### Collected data
-.-.-
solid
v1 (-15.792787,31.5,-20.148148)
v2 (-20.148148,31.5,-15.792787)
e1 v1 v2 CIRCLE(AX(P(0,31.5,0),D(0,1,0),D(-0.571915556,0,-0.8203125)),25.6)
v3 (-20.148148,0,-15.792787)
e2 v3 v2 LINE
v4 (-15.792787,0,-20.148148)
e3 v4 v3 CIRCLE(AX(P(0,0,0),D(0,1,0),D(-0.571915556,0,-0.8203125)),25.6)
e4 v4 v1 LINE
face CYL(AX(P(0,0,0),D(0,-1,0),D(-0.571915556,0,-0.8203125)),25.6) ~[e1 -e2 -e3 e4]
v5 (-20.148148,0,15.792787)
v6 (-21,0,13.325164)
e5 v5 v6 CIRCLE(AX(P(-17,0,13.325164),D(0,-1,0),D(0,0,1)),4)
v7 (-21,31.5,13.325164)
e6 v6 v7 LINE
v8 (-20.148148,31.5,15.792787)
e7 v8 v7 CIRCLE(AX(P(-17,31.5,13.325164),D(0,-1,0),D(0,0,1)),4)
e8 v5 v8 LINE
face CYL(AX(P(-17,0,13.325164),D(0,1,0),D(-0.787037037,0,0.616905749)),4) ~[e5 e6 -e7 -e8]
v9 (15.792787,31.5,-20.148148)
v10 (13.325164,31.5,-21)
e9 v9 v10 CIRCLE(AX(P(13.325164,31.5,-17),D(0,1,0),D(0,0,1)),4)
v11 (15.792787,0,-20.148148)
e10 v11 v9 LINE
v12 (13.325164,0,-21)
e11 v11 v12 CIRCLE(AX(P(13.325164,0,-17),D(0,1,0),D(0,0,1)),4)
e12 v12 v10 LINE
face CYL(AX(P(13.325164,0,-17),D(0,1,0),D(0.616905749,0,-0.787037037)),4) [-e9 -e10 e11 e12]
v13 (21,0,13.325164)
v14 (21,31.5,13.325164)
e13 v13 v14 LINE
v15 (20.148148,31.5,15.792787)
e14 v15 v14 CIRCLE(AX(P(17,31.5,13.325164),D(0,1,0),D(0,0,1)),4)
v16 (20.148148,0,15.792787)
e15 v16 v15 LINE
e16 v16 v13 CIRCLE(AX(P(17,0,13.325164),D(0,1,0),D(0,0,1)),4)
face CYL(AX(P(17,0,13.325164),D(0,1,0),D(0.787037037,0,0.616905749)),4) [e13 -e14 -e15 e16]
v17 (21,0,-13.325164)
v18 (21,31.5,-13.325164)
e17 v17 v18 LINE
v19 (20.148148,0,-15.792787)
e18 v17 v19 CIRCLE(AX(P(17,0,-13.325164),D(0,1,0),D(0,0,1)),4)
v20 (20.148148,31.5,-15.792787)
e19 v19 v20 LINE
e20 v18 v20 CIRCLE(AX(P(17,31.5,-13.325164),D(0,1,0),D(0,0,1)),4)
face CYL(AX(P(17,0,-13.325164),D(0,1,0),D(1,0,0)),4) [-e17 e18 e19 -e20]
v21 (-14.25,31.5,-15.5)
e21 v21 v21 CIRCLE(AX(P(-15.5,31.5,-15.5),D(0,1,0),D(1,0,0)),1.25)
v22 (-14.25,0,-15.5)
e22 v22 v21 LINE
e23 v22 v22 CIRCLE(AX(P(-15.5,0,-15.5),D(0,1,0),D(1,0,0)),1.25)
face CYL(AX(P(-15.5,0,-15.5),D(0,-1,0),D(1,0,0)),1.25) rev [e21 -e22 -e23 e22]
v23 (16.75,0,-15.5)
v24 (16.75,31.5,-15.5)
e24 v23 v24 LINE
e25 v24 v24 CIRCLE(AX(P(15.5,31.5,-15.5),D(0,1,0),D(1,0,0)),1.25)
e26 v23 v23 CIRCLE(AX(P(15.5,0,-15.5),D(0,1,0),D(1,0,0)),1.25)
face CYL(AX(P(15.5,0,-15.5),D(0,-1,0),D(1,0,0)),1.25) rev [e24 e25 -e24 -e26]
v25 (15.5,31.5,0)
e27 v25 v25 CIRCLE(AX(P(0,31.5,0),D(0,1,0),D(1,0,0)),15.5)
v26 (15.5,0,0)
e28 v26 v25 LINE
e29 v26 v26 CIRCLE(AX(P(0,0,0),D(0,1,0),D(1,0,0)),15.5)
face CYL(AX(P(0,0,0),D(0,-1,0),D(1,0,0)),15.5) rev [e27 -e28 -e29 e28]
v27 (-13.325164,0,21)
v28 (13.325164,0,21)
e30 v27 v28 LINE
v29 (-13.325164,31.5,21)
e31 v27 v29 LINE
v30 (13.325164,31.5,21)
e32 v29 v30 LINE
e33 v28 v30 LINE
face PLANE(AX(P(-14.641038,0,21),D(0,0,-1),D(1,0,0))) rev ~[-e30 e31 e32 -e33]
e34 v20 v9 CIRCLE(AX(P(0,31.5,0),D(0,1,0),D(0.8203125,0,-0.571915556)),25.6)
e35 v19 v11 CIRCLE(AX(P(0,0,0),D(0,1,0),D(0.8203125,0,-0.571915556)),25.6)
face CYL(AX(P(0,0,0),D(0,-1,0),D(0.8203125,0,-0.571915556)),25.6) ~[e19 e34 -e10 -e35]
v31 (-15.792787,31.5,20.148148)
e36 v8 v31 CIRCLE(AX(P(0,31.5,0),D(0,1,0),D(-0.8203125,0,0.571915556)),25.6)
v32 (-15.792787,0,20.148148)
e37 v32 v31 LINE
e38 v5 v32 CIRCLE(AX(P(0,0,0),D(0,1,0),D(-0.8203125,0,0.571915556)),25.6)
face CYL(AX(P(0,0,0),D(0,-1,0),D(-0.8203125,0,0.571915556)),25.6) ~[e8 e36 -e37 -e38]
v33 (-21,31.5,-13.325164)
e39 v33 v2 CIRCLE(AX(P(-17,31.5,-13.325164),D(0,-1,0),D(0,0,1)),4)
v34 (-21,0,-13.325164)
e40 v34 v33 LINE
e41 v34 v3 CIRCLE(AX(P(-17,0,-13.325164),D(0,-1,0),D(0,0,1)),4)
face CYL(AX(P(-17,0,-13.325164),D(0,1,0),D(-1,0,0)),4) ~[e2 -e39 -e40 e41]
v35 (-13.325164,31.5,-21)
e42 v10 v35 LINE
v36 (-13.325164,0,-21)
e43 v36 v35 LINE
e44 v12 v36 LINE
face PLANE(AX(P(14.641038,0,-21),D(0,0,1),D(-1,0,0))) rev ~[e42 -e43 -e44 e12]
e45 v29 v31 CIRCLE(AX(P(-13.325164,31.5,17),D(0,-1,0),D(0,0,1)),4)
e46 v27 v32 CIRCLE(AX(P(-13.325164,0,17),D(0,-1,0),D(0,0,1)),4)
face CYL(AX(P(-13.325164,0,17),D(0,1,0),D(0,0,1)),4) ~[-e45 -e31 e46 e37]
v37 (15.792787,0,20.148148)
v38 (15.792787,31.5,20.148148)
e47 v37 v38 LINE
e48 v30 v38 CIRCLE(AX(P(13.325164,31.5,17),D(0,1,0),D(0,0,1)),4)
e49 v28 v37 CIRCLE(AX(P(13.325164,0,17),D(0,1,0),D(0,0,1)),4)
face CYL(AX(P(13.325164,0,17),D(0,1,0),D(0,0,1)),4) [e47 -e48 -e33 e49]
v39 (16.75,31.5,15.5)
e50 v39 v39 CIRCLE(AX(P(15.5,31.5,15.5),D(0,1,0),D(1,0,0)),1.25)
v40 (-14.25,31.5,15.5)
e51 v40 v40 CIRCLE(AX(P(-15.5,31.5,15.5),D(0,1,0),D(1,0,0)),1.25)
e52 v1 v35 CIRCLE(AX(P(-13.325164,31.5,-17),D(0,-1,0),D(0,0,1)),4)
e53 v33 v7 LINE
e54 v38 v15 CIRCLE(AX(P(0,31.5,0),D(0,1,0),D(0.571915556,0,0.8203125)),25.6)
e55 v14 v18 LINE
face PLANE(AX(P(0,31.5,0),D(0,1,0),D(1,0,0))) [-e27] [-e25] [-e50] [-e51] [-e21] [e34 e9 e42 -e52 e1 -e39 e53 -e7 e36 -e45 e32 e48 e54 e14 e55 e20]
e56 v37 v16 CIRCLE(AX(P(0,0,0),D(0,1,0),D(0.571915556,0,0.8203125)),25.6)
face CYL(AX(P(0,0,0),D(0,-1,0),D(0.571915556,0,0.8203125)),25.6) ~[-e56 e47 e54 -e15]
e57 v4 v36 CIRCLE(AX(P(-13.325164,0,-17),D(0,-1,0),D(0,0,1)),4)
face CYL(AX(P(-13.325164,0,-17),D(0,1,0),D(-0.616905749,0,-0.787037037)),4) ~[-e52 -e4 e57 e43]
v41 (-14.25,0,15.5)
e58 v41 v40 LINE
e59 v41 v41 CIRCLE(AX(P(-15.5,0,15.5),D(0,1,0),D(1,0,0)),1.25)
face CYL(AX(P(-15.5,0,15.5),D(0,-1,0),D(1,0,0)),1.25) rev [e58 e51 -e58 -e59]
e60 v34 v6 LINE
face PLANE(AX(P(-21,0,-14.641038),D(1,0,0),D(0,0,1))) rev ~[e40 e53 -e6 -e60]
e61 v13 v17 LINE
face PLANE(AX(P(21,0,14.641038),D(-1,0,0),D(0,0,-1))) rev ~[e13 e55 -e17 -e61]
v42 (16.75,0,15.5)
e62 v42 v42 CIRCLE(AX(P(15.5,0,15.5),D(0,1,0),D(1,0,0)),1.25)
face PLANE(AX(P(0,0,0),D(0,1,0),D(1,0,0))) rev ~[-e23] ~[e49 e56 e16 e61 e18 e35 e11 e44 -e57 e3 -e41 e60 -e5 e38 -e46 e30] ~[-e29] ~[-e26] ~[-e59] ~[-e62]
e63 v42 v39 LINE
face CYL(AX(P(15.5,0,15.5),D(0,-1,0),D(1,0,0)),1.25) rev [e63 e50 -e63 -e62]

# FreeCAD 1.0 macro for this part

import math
import FreeCAD as App
import Part
import Sketcher
from FreeCAD import Vector


def edges_at(feature, points):
    """Names of the edges that pass closest to the given points."""
    edges = feature.Shape.Edges
    near = lambda p: min(range(len(edges)), key=lambda i: edges[i].distToShape(Part.Vertex(*p))[0])
    return sorted({f"Edge{near(p) + 1}" for p in points})

doc = App.newDocument("Part")
body = doc.addObject("PartDesign::Body", "Body")

# Sketch on XZ plane
sketch1 = doc.addObject("Sketcher::SketchObject", "Sketch")
body.addObject(sketch1)
sketch1.AttachmentSupport = (doc.XZ_Plane, [""])
sketch1.MapMode = "FlatFace"
sketch1.addGeometry([
    Part.LineSegment(Vector(-14.641038, 21, 0), Vector(14.641038, 21, 0)),  # 0
    Part.ArcOfCircle(Part.Circle(Vector(0, 0, 0), Vector(0, 0, 1), 25.6), math.radians(34.883912), math.radians(55.116088)),  # 1
    Part.LineSegment(Vector(21, 14.641038, 0), Vector(21, -14.641038, 0)),  # 2
    Part.ArcOfCircle(Part.Circle(Vector(0, 0, 0), Vector(0, 0, 1), 25.6), math.radians(-55.116088), math.radians(-34.883912)),  # 3
    Part.LineSegment(Vector(14.641038, -21, 0), Vector(-14.641038, -21, 0)),  # 4
    Part.ArcOfCircle(Part.Circle(Vector(0, 0, 0), Vector(0, 0, 1), 25.6), math.radians(-145.116088), math.radians(-124.883912)),  # 5
    Part.LineSegment(Vector(-21, -14.641038, 0), Vector(-21, 14.641038, 0)),  # 6
    Part.ArcOfCircle(Part.Circle(Vector(0, 0, 0), Vector(0, 0, 1), 25.6), math.radians(124.883912), math.radians(145.116088)),  # 7
    Part.Circle(Vector(-15.5, 15.5, 0), Vector(0, 0, 1), 1.25),  # 8
    Part.Circle(Vector(15.5, 15.5, 0), Vector(0, 0, 1), 1.25),  # 9
    Part.Circle(Vector(-15.5, -15.5, 0), Vector(0, 0, 1), 1.25),  # 10
    Part.Circle(Vector(0, 0, 0), Vector(0, 0, 1), 15.5),  # 11
    Part.Circle(Vector(15.5, -15.5, 0), Vector(0, 0, 1), 1.25),  # 12
], False)
sketch1.addConstraint([
    Sketcher.Constraint("Coincident", 0, 2, 1, 2),
    Sketcher.Constraint("Coincident", 1, 1, 2, 1),
    Sketcher.Constraint("Coincident", 2, 2, 3, 2),
    Sketcher.Constraint("Coincident", 3, 1, 4, 1),
    Sketcher.Constraint("Coincident", 4, 2, 5, 2),
    Sketcher.Constraint("Coincident", 5, 1, 6, 1),
    Sketcher.Constraint("Coincident", 6, 2, 7, 2),
    Sketcher.Constraint("Coincident", 7, 1, 0, 1),
    Sketcher.Constraint("Horizontal", 0),
    Sketcher.Constraint("Vertical", 2),
    Sketcher.Constraint("Horizontal", 4),
    Sketcher.Constraint("Vertical", 6),
    Sketcher.Constraint("Coincident", 1, 3, -1, 1),
    Sketcher.Constraint("Coincident", 3, 3, -1, 1),
    Sketcher.Constraint("Coincident", 5, 3, -1, 1),
    Sketcher.Constraint("Coincident", 7, 3, -1, 1),
    Sketcher.Constraint("Coincident", 11, 3, -1, 1),
    Sketcher.Constraint("Equal", 1, 3),
    Sketcher.Constraint("Equal", 3, 5),
    Sketcher.Constraint("Equal", 5, 7),
    Sketcher.Constraint("Equal", 8, 9),
    Sketcher.Constraint("Equal", 9, 10),
    Sketcher.Constraint("Equal", 10, 12),
    Sketcher.Constraint("Symmetric", 9, 3, 10, 3, -1, 1),
    Sketcher.Constraint("Symmetric", 8, 3, 12, 3, -1, 1),
    Sketcher.Constraint("Symmetric", 8, 3, 9, 3, -2),
    Sketcher.Constraint("Horizontal", 2, 2, 5, 1),
    Sketcher.Constraint("Vertical", 0, 2, 3, 1),
    Sketcher.Constraint("Equal", 4, 2),
    Sketcher.Constraint("Diameter", 11, 31.0),
    Sketcher.Constraint("Diameter", 8, 2.5),
    Sketcher.Constraint("Radius", 1, 25.6),
    Sketcher.Constraint("DistanceY", -1, 1, 0, 2, 21.0),
    Sketcher.Constraint("DistanceX", 8, 3, 9, 3, 31.0),
    Sketcher.Constraint("DistanceY", 10, 3, 8, 3, 31.0),
])
pad1 = doc.addObject("PartDesign::Pad", "Pad")
body.addObject(pad1)
pad1.Profile = sketch1
pad1.Length = 31.5
pad1.Reversed = True
doc.recompute()

fillet = doc.addObject("PartDesign::Fillet", "Fillet")
body.addObject(fillet)
fillet.Base = (pad1, edges_at(pad1, [
    (21, 15.75, -14.641),
    (21, 15.75, 14.641),
    (14.641, 15.75, 21),
    (-14.641, 15.75, 21),
    (-21, 15.75, 14.641),
    (-21, 15.75, -14.641),
    (-14.641, 15.75, -21),
    (14.641, 15.75, -21),
]))
fillet.Radius = 4

doc.recompute()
-.-.-
### The problem
Lines from the start of the entries through the one containing "v4 (-15.792787,0,-20.148148)" are to be set down again exactly, both ends included.

### Task output
solid
v1 (-15.792787,31.5,-20.148148)
v2 (-20.148148,31.5,-15.792787)
e1 v1 v2 CIRCLE(AX(P(0,31.5,0),D(0,1,0),D(-0.571915556,0,-0.8203125)),25.6)
v3 (-20.148148,0,-15.792787)
e2 v3 v2 LINE
v4 (-15.792787,0,-20.148148)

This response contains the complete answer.